27 novel genes which may prevent cancer from forming have been pinpointed by a new statistical model, in an analysis of over 2k tumors for 12 cancer types in human. These findings can help create new cancer treatments which will target these genes and has opened new avenues for cancer research. Using this powerful toolkit, rare tumor suppressor genes that cause cancer when lost in mutated cells has been found, said Jonas Demeulemeester, researcher and author of the paper at the Francis Crick Institute. He further added that this could make way for the development of personalized cancer treatment.
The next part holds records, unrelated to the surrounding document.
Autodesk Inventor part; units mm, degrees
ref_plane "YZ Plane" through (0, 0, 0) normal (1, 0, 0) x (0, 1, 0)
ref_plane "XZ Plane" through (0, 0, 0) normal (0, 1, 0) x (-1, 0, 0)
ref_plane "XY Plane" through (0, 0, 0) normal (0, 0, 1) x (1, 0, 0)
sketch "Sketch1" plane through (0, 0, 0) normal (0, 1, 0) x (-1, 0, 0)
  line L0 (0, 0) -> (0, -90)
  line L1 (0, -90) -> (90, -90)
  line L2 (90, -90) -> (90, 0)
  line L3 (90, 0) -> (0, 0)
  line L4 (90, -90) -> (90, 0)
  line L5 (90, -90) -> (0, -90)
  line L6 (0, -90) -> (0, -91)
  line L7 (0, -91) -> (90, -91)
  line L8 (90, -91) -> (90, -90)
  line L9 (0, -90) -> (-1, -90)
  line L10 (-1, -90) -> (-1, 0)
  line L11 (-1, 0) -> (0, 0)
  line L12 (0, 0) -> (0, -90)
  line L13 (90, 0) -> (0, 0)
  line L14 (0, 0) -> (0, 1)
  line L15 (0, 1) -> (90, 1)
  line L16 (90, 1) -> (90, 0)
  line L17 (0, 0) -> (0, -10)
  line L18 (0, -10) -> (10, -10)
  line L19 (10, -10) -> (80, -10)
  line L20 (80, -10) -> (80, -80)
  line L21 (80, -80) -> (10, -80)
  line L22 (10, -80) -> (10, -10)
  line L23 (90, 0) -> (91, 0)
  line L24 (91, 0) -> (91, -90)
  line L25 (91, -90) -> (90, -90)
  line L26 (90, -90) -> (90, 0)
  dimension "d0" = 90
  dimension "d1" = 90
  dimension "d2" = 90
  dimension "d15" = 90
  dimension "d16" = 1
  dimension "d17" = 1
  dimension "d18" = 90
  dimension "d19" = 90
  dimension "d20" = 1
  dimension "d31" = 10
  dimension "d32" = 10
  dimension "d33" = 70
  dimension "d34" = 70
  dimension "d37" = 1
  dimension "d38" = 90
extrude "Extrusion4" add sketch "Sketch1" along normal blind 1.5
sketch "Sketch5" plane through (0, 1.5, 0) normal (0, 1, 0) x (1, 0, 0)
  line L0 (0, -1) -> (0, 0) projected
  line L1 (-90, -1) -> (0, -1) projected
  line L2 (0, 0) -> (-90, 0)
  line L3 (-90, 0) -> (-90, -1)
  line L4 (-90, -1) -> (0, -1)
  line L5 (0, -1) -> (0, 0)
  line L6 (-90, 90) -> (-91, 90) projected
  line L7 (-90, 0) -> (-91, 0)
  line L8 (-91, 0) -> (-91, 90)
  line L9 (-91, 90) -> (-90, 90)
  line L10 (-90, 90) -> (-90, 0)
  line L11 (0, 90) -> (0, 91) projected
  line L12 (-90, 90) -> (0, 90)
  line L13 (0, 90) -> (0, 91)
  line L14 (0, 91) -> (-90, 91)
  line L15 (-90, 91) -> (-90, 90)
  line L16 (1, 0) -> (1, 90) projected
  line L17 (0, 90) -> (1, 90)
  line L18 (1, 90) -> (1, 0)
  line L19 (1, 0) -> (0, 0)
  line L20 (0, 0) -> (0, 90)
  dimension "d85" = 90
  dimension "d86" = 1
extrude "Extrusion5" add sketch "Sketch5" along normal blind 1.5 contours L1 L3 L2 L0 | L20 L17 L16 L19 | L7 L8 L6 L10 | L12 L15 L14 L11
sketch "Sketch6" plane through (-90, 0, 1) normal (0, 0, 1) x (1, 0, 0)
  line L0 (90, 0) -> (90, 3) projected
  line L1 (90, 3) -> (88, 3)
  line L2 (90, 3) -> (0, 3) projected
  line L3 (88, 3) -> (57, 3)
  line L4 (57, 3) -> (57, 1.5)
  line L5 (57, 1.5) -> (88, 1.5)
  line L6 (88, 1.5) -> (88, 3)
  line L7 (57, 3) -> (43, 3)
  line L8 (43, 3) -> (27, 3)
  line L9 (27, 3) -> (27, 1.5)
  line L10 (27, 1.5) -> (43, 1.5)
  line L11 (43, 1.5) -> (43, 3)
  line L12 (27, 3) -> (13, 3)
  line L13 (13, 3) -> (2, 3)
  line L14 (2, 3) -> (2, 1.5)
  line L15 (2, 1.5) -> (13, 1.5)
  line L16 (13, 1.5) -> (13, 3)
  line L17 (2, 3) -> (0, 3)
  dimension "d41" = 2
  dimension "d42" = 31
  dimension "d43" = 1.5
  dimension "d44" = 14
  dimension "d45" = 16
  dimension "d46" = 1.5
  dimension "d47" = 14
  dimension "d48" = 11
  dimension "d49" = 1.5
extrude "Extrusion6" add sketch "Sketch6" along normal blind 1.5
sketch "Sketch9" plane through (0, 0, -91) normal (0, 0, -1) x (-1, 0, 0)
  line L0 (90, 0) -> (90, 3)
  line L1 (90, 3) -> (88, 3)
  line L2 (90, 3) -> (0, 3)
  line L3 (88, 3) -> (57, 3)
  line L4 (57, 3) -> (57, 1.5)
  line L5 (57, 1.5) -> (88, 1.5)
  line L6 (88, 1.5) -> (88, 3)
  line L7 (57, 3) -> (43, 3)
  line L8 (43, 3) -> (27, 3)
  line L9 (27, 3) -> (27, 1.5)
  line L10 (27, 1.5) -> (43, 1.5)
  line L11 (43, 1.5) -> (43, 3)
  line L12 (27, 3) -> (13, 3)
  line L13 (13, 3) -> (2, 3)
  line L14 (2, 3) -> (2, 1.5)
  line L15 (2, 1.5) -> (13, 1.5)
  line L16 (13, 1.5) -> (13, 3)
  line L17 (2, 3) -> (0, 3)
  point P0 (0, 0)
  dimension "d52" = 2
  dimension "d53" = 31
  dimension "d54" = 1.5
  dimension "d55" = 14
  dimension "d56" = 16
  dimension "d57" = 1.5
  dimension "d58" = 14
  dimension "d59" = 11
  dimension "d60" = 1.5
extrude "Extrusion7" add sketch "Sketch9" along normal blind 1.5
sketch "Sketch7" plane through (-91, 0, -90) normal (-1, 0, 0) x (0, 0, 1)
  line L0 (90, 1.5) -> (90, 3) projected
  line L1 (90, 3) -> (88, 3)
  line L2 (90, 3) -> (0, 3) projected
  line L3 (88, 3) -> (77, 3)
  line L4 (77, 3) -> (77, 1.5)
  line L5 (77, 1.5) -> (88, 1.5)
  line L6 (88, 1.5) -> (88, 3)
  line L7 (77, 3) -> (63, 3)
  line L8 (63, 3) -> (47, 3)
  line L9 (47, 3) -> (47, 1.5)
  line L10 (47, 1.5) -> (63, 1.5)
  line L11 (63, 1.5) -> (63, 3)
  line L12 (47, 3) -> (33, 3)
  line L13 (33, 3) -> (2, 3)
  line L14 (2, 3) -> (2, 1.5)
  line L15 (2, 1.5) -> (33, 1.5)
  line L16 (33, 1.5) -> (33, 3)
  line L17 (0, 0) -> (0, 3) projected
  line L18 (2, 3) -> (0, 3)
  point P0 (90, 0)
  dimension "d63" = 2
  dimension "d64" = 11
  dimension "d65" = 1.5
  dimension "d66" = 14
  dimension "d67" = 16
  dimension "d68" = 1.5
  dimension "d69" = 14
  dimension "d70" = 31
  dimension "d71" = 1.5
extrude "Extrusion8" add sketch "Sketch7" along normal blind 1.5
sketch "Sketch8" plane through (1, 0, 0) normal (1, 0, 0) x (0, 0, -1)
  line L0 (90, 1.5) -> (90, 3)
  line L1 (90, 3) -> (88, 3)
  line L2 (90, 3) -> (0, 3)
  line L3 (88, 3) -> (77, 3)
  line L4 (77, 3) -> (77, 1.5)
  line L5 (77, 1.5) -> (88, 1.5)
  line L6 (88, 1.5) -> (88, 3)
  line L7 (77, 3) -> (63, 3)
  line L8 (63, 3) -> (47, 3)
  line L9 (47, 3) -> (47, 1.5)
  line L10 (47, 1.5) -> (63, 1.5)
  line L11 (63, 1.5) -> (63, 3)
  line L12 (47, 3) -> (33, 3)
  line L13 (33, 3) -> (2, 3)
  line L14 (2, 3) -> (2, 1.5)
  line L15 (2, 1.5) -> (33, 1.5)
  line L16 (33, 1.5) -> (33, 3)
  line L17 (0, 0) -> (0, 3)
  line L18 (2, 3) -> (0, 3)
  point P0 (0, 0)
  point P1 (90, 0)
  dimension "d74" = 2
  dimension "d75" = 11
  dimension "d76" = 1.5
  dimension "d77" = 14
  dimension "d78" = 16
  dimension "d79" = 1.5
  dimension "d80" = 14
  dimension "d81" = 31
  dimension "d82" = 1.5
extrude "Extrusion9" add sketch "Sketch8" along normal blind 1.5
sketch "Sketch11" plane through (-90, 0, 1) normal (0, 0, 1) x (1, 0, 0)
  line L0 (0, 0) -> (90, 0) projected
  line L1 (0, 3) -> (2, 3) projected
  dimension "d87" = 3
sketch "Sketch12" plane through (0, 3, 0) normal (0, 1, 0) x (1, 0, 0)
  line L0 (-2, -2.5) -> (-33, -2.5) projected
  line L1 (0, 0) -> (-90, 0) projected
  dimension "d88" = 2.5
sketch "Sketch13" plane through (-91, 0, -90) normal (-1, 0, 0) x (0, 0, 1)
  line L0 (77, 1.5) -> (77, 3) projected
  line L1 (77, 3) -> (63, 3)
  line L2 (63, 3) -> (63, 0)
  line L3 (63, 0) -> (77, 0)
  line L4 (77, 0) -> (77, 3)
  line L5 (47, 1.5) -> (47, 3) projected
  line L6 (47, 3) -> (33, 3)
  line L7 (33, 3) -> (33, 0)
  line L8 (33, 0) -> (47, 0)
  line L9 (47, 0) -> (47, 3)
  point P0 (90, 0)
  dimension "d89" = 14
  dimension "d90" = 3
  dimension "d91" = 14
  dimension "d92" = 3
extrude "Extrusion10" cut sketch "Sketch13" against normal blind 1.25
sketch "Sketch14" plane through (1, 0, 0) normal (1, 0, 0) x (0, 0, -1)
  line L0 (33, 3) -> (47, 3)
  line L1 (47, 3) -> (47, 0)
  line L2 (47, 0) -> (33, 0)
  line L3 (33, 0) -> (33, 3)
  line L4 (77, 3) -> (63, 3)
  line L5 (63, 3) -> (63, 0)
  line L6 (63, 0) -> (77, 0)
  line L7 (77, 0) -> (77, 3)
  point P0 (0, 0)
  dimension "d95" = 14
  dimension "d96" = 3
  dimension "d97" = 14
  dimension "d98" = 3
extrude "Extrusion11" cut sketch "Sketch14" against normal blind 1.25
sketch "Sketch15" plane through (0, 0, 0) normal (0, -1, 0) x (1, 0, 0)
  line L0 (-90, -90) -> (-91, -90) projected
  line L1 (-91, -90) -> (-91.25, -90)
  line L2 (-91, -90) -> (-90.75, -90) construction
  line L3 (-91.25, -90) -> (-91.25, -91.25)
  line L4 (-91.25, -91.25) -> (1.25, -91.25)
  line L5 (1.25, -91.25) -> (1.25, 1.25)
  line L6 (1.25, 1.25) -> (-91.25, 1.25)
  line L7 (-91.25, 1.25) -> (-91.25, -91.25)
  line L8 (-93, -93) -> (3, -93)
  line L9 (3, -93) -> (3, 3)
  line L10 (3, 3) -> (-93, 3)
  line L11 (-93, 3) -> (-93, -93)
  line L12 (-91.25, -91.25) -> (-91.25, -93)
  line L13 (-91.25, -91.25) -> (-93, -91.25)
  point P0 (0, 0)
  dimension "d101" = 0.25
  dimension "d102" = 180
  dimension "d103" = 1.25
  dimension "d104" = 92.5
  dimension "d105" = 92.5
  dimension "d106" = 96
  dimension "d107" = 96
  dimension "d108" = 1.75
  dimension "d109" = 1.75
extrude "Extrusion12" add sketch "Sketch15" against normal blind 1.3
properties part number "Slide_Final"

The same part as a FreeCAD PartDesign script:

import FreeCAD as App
import Part
import Sketcher

doc = App.newDocument("Part")
params = doc.addObject("Spreadsheet::Sheet", "Params")
for row, (alias, value) in enumerate([
    ("sketch1_width", "1 mm"),
    ("sketch1_width2", "90 mm"),
    ("sketch1_width3", "70 mm"),
    ("pad1_length", "1.5 mm"),
    ("sketch2_width", "90 mm"),
    ("sketch2_width2", "1 mm"),
    ("pad2_length", "1.5 mm"),
    ("sketch3_width", "31 mm"),
    ("sketch3_width2", "11 mm"),
    ("sketch3_width3", "16 mm"),
    ("sketch3_height", "1.5 mm"),
    ("pad3_length", "1.5 mm"),
    ("sketch4_width", "31 mm"),
    ("sketch4_width2", "11 mm"),
    ("sketch4_width3", "16 mm"),
    ("sketch4_height", "1.5 mm"),
    ("pad4_length", "1.5 mm"),
    ("sketch5_height", "11 mm"),
    ("sketch5_height2", "31 mm"),
    ("sketch5_height3", "16 mm"),
    ("sketch5_width", "1.5 mm"),
    ("pad5_length", "1.5 mm"),
    ("sketch6_height", "11 mm"),
    ("sketch6_height2", "31 mm"),
    ("sketch6_height3", "16 mm"),
    ("sketch6_width", "1.5 mm"),
    ("pad6_length", "1.5 mm"),
    ("sketch7_width", "3 mm"),
    ("sketch7_height", "14 mm"),
    ("pocket1_length", "1.25 mm"),
    ("sketch8_width", "3 mm"),
    ("sketch8_height", "14 mm"),
    ("pocket2_length", "1.25 mm"),
    ("sketch9_width", "96 mm"),
    ("sketch9_width2", "92.5 mm"),
    ("pad7_length", "1.3 mm"),
], start=1):
    params.set(f"A{row}", alias)
    params.set(f"B{row}", "=" + value)
    params.setAlias(f"B{row}", alias)

body = doc.addObject("PartDesign::Body", "Body")
body.AllowCompound = True

# Sketch on XZ plane
sketch1 = body.newObject("Sketcher::SketchObject", "Sketch")
sketch1.AttachmentSupport = (doc.getObject("XZ_Plane"), [""])
sketch1.MapMode = "FlatFace"
sketch1.addGeometry(Part.LineSegment(App.Vector(0, 1, 0), App.Vector(0, 0, 0)), False)
sketch1.addGeometry(Part.LineSegment(App.Vector(0, 0, 0), App.Vector(1, 0, 0)), False)
sketch1.addGeometry(Part.LineSegment(App.Vector(1, 0, 0), App.Vector(1, -90, 0)), False)
sketch1.addGeometry(Part.LineSegment(App.Vector(1, -90, 0), App.Vector(0, -90, 0)), False)
sketch1.addGeometry(Part.LineSegment(App.Vector(0, -90, 0), App.Vector(0, -91, 0)), False)
sketch1.addGeometry(Part.LineSegment(App.Vector(0, -91, 0), App.Vector(-90, -91, 0)), False)
sketch1.addGeometry(Part.LineSegment(App.Vector(-90, -91, 0), App.Vector(-90, -90, 0)), False)
sketch1.addGeometry(Part.LineSegment(App.Vector(-90, -90, 0), App.Vector(-91, -90, 0)), False)
sketch1.addGeometry(Part.LineSegment(App.Vector(-91, -90, 0), App.Vector(-91, 0, 0)), False)
sketch1.addGeometry(Part.LineSegment(App.Vector(-91, 0, 0), App.Vector(-90, 0, 0)), False)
They have found two copies of tumor suppressor genes in cells which prevent them from turning cancerous. These two gene copy deletions can offer clues for tumor suppressor genes in cancer. Cancer samples generally contain both cancerous and healthy cells, in proportions yet unknown and this makes it difficult for working out if just a single copy or both copies of the gene have been lost in cancer cells. Additionally, it can be difficult to differentiate between harmful deletions of tumor suppressor genes and non harmful deletions of other genes, present at fragile areas along the genome.
The team developed computational tools so as to get rid of these issues and used them to analyze over 2k of tumors from 12 cancer types, including lung, bowel, and breast cancer. After determining the relative proportions of cancerous and healthy cells in every sample, they can work out the number of copies of each gene in cancer cells. The result of the analysis stated that 96 regions of the human genome are lost during tumor development.